An international advocacy group is hoping to put a halt to a Peruvian government’s shadowy mineral exploration program in the Amazon by enlisting rock legend Mick Jagger into the battle.

In letter to the Rolling Stones frontman, Survival International have asked Jagger to demand some answers about the controversial Camisea gas project in which the Peruvian government is attempting to find gas in an Amazonian reserve despite promises to indigenous peoples of the region not to do so.

“It’s ironic Peru’s newest gas project takes a name that epitomizes the reckless plunder of indigenous land,” wrote Survival International’s Director Stephen Corry in a press release. “Peru should stop and remind itself why these areas are protected, and Mick Jagger should use his honorary title to demand some answers.”

Jagger was named an Environmental Ambassador by Peru last year, after he visited the country’s Peru's Manú national park – a UNESCO world heritage site known for its extraordinary biodiversity that has the Kugapakori-Nahua-Nanti reserve as one of its buffer zones.

Nine years ago the country promised never to infringe on the Nahua-Nati Reserve, but, Survival international now claims that the Peruvian government is trying reverse its previous decision and has allegedly created a new exploration block for the state oil company PetroPeru in the area.
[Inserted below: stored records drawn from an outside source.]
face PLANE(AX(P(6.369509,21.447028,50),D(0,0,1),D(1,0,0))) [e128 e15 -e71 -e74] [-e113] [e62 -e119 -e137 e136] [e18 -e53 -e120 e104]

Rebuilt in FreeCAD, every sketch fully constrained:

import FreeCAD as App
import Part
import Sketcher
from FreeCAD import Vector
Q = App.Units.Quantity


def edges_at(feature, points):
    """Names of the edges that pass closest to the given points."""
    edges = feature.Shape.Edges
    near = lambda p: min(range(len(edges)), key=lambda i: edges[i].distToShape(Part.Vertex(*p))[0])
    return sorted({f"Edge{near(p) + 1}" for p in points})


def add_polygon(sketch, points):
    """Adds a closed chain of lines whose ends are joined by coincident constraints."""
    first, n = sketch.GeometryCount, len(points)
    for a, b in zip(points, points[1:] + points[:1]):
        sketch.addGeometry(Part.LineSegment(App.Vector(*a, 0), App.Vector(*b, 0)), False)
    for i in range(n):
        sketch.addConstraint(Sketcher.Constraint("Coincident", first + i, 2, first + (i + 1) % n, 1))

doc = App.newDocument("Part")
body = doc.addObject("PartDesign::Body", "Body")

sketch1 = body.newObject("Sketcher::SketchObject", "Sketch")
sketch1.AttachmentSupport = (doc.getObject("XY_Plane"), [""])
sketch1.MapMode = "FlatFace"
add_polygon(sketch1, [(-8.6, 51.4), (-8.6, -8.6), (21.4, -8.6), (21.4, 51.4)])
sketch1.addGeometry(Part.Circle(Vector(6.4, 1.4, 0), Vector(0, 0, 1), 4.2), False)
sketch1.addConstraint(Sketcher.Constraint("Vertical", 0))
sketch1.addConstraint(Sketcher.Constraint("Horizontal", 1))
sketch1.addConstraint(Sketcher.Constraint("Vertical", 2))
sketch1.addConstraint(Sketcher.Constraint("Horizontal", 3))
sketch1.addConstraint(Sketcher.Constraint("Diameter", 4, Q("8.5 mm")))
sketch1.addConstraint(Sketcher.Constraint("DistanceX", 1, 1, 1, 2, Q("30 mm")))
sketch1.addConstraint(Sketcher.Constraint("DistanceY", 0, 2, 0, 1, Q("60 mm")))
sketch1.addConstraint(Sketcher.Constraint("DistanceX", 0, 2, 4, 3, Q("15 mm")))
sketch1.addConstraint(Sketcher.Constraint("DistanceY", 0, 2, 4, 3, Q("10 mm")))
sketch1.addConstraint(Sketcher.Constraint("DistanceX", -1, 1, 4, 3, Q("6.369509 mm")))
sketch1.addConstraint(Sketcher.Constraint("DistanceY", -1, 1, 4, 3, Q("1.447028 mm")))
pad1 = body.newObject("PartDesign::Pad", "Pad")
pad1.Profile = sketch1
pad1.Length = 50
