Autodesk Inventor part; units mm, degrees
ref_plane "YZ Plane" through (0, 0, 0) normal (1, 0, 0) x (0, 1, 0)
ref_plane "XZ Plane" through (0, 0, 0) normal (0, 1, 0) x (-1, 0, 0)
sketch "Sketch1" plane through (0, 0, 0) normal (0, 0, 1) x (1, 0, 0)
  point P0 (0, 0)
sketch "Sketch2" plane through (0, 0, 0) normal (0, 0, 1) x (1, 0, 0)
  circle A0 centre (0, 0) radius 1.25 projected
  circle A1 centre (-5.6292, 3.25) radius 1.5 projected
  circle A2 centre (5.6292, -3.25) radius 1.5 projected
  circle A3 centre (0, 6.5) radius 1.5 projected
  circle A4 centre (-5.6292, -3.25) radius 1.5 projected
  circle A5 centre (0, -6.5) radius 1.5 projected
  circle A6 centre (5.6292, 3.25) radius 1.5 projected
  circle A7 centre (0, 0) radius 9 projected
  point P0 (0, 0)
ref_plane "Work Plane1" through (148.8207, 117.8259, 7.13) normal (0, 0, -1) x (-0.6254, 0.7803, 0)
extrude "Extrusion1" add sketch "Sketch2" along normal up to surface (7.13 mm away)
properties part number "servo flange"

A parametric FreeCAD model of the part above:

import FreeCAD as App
import Part
import Sketcher

doc = App.newDocument("Part")
body = doc.addObject("PartDesign::Body", "Body")

# Sketch on XY plane
sketch1 = body.newObject("Sketcher::SketchObject", "Sketch")
sketch1.AttachmentSupport = (doc.getObject("XY_Plane"), [""])
sketch1.MapMode = "FlatFace"
sketch1.addGeometry(Part.Circle(App.Vector(0, 0, 0), App.Vector(0, 0, 1), 9), False)
sketch1.addGeometry(Part.Circle(App.Vector(-5.6292, -3.25, 0), App.Vector(0, 0, 1), 1.5), False)
sketch1.addGeometry(Part.Circle(App.Vector(0, -6.5, 0), App.Vector(0, 0, 1), 1.5), False)
sketch1.addGeometry(Part.Circle(App.Vector(5.6292, -3.25, 0), App.Vector(0, 0, 1), 1.5), False)
sketch1.addGeometry(Part.Circle(App.Vector(-5.6292, 3.25, 0), App.Vector(0, 0, 1), 1.5), False)
sketch1.addGeometry(Part.Circle(App.Vector(0, 0, 0), App.Vector(0, 0, 1), 1.25), False)
sketch1.addGeometry(Part.Circle(App.Vector(5.6292, 3.25, 0), App.Vector(0, 0, 1), 1.5), False)
sketch1.addGeometry(Part.Circle(App.Vector(0, 6.5, 0), App.Vector(0, 0, 1), 1.5), False)
sketch1.addConstraint(Sketcher.Constraint("Coincident", 0, 3, -1, 1))
sketch1.addConstraint(Sketcher.Constraint("Coincident", 5, 3, -1, 1))
sketch1.addConstraint(Sketcher.Constraint("Equal", 1, 2))
sketch1.addConstraint(Sketcher.Constraint("Equal", 2, 3))
sketch1.addConstraint(Sketcher.Constraint("Equal", 3, 4))
sketch1.addConstraint(Sketcher.Constraint("Equal", 4, 6))
sketch1.addConstraint(Sketcher.Constraint("Equal", 6, 7))
sketch1.addConstraint(Sketcher.Constraint("Symmetric", 3, 3, 4, 3, -1, 1))
sketch1.addConstraint(Sketcher.Constraint("Symmetric", 1, 3, 6, 3, -1, 1))
sketch1.addConstraint(Sketcher.Constraint("Symmetric", 2, 3, 7, 3, -1, 1))
sketch1.addConstraint(Sketcher.Constraint("Symmetric", 1, 3, 3, 3, -2))
sketch1.addConstraint(Sketcher.Constraint("PointOnObject", 2, 3, -2))
sketch1.addConstraint(Sketcher.Constraint("Diameter", 0, 18.0))
sketch1.addConstraint(Sketcher.Constraint("Diameter", 1, 3.0))
sketch1.addConstraint(Sketcher.Constraint("Diameter", 5, 2.5))
sketch1.addConstraint(Sketcher.Constraint("DistanceY", 2, 3, -1, 1, 6.5))
sketch1.addConstraint(Sketcher.Constraint("DistanceY", 1, 3, 4, 3, 6.5))
sketch1.addConstraint(Sketcher.Constraint("DistanceX", 1, 3, -1, 1, 5.6292))
pad1 = body.newObject("PartDesign::Pad", "Pad")
pad1.Profile = sketch1
pad1.Length = 7.13

doc.recompute()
“Peru is legally obliged to protect the estimated 15 uncontacted tribes living in its Amazon forest. Furthermore, it gave undertakings not to expand the Camisea project into the isolated Indians’ territory – which it is now breaking,” Corry wrote in the letter to Jagger.
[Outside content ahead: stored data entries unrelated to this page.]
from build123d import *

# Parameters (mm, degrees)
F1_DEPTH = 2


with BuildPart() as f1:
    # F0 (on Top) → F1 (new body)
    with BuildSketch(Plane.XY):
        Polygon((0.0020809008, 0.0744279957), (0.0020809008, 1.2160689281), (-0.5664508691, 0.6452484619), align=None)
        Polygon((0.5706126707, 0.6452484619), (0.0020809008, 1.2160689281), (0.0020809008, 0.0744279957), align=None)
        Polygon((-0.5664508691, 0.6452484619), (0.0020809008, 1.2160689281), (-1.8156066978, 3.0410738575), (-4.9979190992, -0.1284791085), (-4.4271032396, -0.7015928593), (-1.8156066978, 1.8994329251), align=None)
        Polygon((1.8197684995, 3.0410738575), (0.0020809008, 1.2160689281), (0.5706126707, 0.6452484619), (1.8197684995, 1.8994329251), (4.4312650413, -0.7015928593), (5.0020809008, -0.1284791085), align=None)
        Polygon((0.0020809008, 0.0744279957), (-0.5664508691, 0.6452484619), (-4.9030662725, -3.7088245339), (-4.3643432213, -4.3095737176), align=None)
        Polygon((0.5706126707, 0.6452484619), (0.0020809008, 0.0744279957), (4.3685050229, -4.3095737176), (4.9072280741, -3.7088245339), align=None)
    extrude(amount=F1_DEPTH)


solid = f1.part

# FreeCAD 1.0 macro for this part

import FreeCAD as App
import Part
import Sketcher
from FreeCAD import Vector
Q = App.Units.Quantity

doc = App.newDocument("Part")
body = doc.addObject("PartDesign::Body", "Body")

# Sketch on XY plane
sketch1 = body.newObject("Sketcher::SketchObject", "Sketch")
sketch1.AttachmentSupport = (doc.getObject("XY_Plane"), [""])
sketch1.MapMode = "FlatFace"
sketch1.addGeometry([
    Part.LineSegment(Vector(0.6, 0.6, 0), Vector(1.8, 1.9, 0)),  # 0
    Part.LineSegment(Vector(1.8, 1.9, 0), Vector(4.4, -0.7, 0)),  # 1
    Part.LineSegment(Vector(4.4, -0.7, 0), Vector(5, -0.1, 0)),  # 2
    Part.LineSegment(Vector(5, -0.1, 0), Vector(1.8, 3, 0)),  # 3
    Part.LineSegment(Vector(1.8, 3, 0), Vector(0, 1.2, 0)),  # 4
    Part.LineSegment(Vector(0, 1.2, 0), Vector(-1.8, 3, 0)),  # 5
    Part.LineSegment(Vector(-1.8, 3, 0), Vector(-5, -0.1, 0)),  # 6
    Part.LineSegment(Vector(-5, -0.1, 0), Vector(-4.4, -0.7, 0)),  # 7
    Part.LineSegment(Vector(-4.4, -0.7, 0), Vector(-1.8, 1.9, 0)),  # 8
    Part.LineSegment(Vector(-1.8, 1.9, 0), Vector(-0.6, 0.6, 0)),  # 9
    Part.LineSegment(Vector(-0.6, 0.6, 0), Vector(-4.9, -3.7, 0)),  # 10
    Part.LineSegment(Vector(-4.9, -3.7, 0), Vector(-4.4, -4.3, 0)),  # 11
    Part.LineSegment(Vector(-4.4, -4.3, 0), Vector(0, 0.1, 0)),  # 12
    Part.LineSegment(Vector(0, 0.1, 0), Vector(4.4, -4.3, 0)),  # 13
    Part.LineSegment(Vector(4.4, -4.3, 0), Vector(4.9, -3.7, 0)),  # 14
    Part.LineSegment(Vector(4.9, -3.7, 0), Vector(0.6, 0.6, 0)),  # 15
], False)
sketch1.addConstraint([
    Sketcher.Constraint("Coincident", 0, 2, 1, 1),
    Sketcher.Constraint("Coincident", 1, 2, 2, 1),
    Sketcher.Constraint("Coincident", 2, 2, 3, 1),
    Sketcher.Constraint("Coincident", 3, 2, 4, 1),
    Sketcher.Constraint("Coincident", 4, 2, 5, 1),
    Sketcher.Constraint("Coincident", 5, 2, 6, 1),
    Sketcher.Constraint("Coincident", 6, 2, 7, 1),
    Sketcher.Constraint("Coincident", 7, 2, 8, 1),
    Sketcher.Constraint("Coincident", 8, 2, 9, 1),
    Sketcher.Constraint("Coincident", 9, 2, 10, 1),
    Sketcher.Constraint("Coincident", 10, 2, 11, 1),
    Sketcher.Constraint("Coincident", 11, 2, 12, 1),
    Sketcher.Constraint("Coincident", 12, 2, 13, 1),
    Sketcher.Constraint("Coincident", 13, 2, 14, 1),
    Sketcher.Constraint("Coincident", 14, 2, 15, 1),
    Sketcher.Constraint("Coincident", 15, 2, 0, 1),
    Sketcher.Constraint("Perpendicular", 0, 1),
    Sketcher.Constraint("Perpendicular", 1, 2),
    Sketcher.Constraint("Perpendicular", 2, 3),
    Sketcher.Constraint("Perpendicular", 3, 4),
    Sketcher.Constraint("Perpendicular", 5, 6),
    Sketcher.Constraint("Perpendicular", 6, 7),
    Sketcher.Constraint("Perpendicular", 7, 8),
    Sketcher.Constraint("Perpendicular", 8, 9),
    Sketcher.Constraint("Parallel", 4, 10),
    Sketcher.Constraint("Parallel", 10, 12),
    Sketcher.Constraint("Parallel", 9, 13),
    Sketcher.Constraint("Parallel", 13, 15),
    Sketcher.Constraint("Horizontal", 3, 2, 5, 2),
    Sketcher.Constraint("Horizontal", 2, 2, 6, 2),
    Sketcher.Constraint("Horizontal", 1, 2, 7, 2),
    Sketcher.Constraint("Horizontal", 0, 2, 8, 2),
    Sketcher.Constraint("Horizontal", 11, 2, 13, 2),
    Sketcher.Constraint("Horizontal", 10, 2, 14, 2),
    Sketcher.Constraint("Horizontal", 9, 2, 15, 2),
    Sketcher.Constraint("Vertical", 0, 2, 3, 2),
    Sketcher.Constraint("Vertical", 5, 2, 8, 2),
    Sketcher.Constraint("Vertical", 4, 2, 12, 2),
    Sketcher.Constraint("DistanceX", 4, 2, 2, 2, Q("5 mm")),
    Sketcher.Constraint("DistanceY", 13, 2, 12, 2, Q("4.384002 mm")),
    Sketcher.Constraint("Distance", 11, Q("0.806921 mm")),
    Sketcher.Constraint("DistanceX", -1, 1, 0, 2, Q("1.819768 mm")),
    Sketcher.Constraint("DistanceX", -1, 1, 2, 2, Q("5.002081 mm")),
    Sketcher.Constraint("DistanceY", 2, 2, -1, 1, Q("0.128479 mm")),
    Sketcher.Constraint("DistanceY", -1, 1, 4, 2, Q("1.216069 mm")),
    Sketcher.Constraint("DistanceX", 9, 2, -1, 1, Q("0.566451 mm")),
    Sketcher.Constraint("DistanceY", -1, 1, 9, 2, Q("0.645248 mm")),
    Sketcher.Constraint("DistanceX", -1, 1, 14, 2, Q("4.907228 mm")),
])
pad1 = body.newObject("PartDesign::Pad", "Pad")
pad1.Profile = sketch1
pad1.Length = 2

doc.recompute()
Peru’s vice-Minister for Culture told Survival International told survival that it planned to protect isolated Indian groups, but the country’s Energy Ministry and PetroPeru did not respond to Survival’s enquiries.

Survival International also noted that, in a strange twist of fate, Jagger filmed several scenes for Werner Herzog’s film 1982 Fitzcarraldo, about a rubber baron, before being replaced.

While Jagger has yet to respond to Survival’s request the advocacy group hopes that the rocker won’t give the Peruvian government any satisfaction.  

"As an honorary ambassador of Peru's Amazon Rainforest we urge you to call on the authorities to live up to their promises, and stop endangering the Indian's lives," Corry wrote.